→ What you are asked to do
I would like you to transcribe all of the data exactly.

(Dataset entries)
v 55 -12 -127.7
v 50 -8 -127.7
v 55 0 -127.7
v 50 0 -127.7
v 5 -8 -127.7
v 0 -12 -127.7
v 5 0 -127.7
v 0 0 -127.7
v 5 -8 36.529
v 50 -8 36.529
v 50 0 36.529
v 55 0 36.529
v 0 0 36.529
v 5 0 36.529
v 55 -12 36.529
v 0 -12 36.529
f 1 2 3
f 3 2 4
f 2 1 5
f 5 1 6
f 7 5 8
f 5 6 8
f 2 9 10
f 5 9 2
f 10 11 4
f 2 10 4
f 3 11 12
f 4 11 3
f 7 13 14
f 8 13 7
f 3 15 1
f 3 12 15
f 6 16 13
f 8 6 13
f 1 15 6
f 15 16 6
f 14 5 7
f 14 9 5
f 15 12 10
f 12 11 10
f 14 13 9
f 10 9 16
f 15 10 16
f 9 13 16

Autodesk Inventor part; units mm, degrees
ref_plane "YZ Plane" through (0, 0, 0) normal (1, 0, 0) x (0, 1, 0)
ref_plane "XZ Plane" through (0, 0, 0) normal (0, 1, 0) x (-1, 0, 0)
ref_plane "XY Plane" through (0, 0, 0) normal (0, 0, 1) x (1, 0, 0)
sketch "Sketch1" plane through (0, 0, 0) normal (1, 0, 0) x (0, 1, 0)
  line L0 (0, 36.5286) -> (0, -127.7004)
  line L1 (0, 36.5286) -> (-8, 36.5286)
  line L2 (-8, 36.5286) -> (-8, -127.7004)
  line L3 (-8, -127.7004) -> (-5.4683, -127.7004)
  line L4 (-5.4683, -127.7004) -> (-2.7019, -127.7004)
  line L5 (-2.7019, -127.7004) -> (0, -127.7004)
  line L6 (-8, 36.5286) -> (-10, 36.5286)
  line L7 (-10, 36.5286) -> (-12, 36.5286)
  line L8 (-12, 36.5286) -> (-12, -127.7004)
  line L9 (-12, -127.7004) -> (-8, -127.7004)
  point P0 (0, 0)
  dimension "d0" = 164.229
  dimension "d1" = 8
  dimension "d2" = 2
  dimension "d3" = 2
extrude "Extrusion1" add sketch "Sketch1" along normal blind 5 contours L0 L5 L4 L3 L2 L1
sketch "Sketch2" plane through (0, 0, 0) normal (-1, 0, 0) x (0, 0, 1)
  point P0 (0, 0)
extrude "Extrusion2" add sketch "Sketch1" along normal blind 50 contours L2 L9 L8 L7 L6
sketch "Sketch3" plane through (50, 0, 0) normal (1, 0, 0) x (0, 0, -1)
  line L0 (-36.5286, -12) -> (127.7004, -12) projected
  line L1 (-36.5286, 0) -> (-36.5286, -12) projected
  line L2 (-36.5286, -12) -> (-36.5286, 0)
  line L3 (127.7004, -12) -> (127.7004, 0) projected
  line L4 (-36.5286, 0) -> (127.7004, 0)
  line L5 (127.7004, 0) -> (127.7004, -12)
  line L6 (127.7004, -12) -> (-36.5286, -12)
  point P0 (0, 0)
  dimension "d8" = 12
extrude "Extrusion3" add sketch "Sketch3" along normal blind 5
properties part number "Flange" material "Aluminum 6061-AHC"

→ Answer to this task
v 55 -12 -127.7
v 50 -8 -127.7
v 55 0 -127.7
v 50 0 -127.7
v 5 -8 -127.7
v 0 -12 -127.7
v 5 0 -127.7
v 0 0 -127.7
v 5 -8 36.529
v 50 -8 36.529
v 50 0 36.529
v 55 0 36.529
v 0 0 36.529
v 5 0 36.529
v 55 -12 36.529
v 0 -12 36.529
f 1 2 3
f 3 2 4
f 2 1 5
f 5 1 6
f 7 5 8
f 5 6 8
f 2 9 10
f 5 9 2
f 10 11 4
f 2 10 4
f 3 11 12
f 4 11 3
f 7 13 14
f 8 13 7
f 3 15 1
f 3 12 15
f 6 16 13
f 8 6 13
f 1 15 6
f 15 16 6
f 14 5 7
f 14 9 5
f 15 12 10
f 12 11 10
f 14 13 9
f 10 9 16
f 15 10 16
f 9 13 16

Autodesk Inventor part; units mm, degrees
ref_plane "YZ Plane" through (0, 0, 0) normal (1, 0, 0) x (0, 1, 0)
ref_plane "XZ Plane" through (0, 0, 0) normal (0, 1, 0) x (-1, 0, 0)
ref_plane "XY Plane" through (0, 0, 0) normal (0, 0, 1) x (1, 0, 0)
sketch "Sketch1" plane through (0, 0, 0) normal (1, 0, 0) x (0, 1, 0)
  line L0 (0, 36.5286) -> (0, -127.7004)
  line L1 (0, 36.5286) -> (-8, 36.5286)
  line L2 (-8, 36.5286) -> (-8, -127.7004)
  line L3 (-8, -127.7004) -> (-5.4683, -127.7004)
  line L4 (-5.4683, -127.7004) -> (-2.7019, -127.7004)
  line L5 (-2.7019, -127.7004) -> (0, -127.7004)
  line L6 (-8, 36.5286) -> (-10, 36.5286)
  line L7 (-10, 36.5286) -> (-12, 36.5286)
  line L8 (-12, 36.5286) -> (-12, -127.7004)
  line L9 (-12, -127.7004) -> (-8, -127.7004)
  point P0 (0, 0)
  dimension "d0" = 164.229
  dimension "d1" = 8
  dimension "d2" = 2
  dimension "d3" = 2
extrude "Extrusion1" add sketch "Sketch1" along normal blind 5 contours L0 L5 L4 L3 L2 L1
sketch "Sketch2" plane through (0, 0, 0) normal (-1, 0, 0) x (0, 0, 1)
  point P0 (0, 0)
extrude "Extrusion2" add sketch "Sketch1" along normal blind 50 contours L2 L9 L8 L7 L6
sketch "Sketch3" plane through (50, 0, 0) normal (1, 0, 0) x (0, 0, -1)
  line L0 (-36.5286, -12) -> (127.7004, -12) projected
  line L1 (-36.5286, 0) -> (-36.5286, -12) projected
  line L2 (-36.5286, -12) -> (-36.5286, 0)
  line L3 (127.7004, -12) -> (127.7004, 0) projected
  line L4 (-36.5286, 0) -> (127.7004, 0)
  line L5 (127.7004, 0) -> (127.7004, -12)
  line L6 (127.7004, -12) -> (-36.5286, -12)
  point P0 (0, 0)
  dimension "d8" = 12
extrude "Extrusion3" add sketch "Sketch3" along normal blind 5
properties part number "Flange" material "Aluminum 6061-AHC"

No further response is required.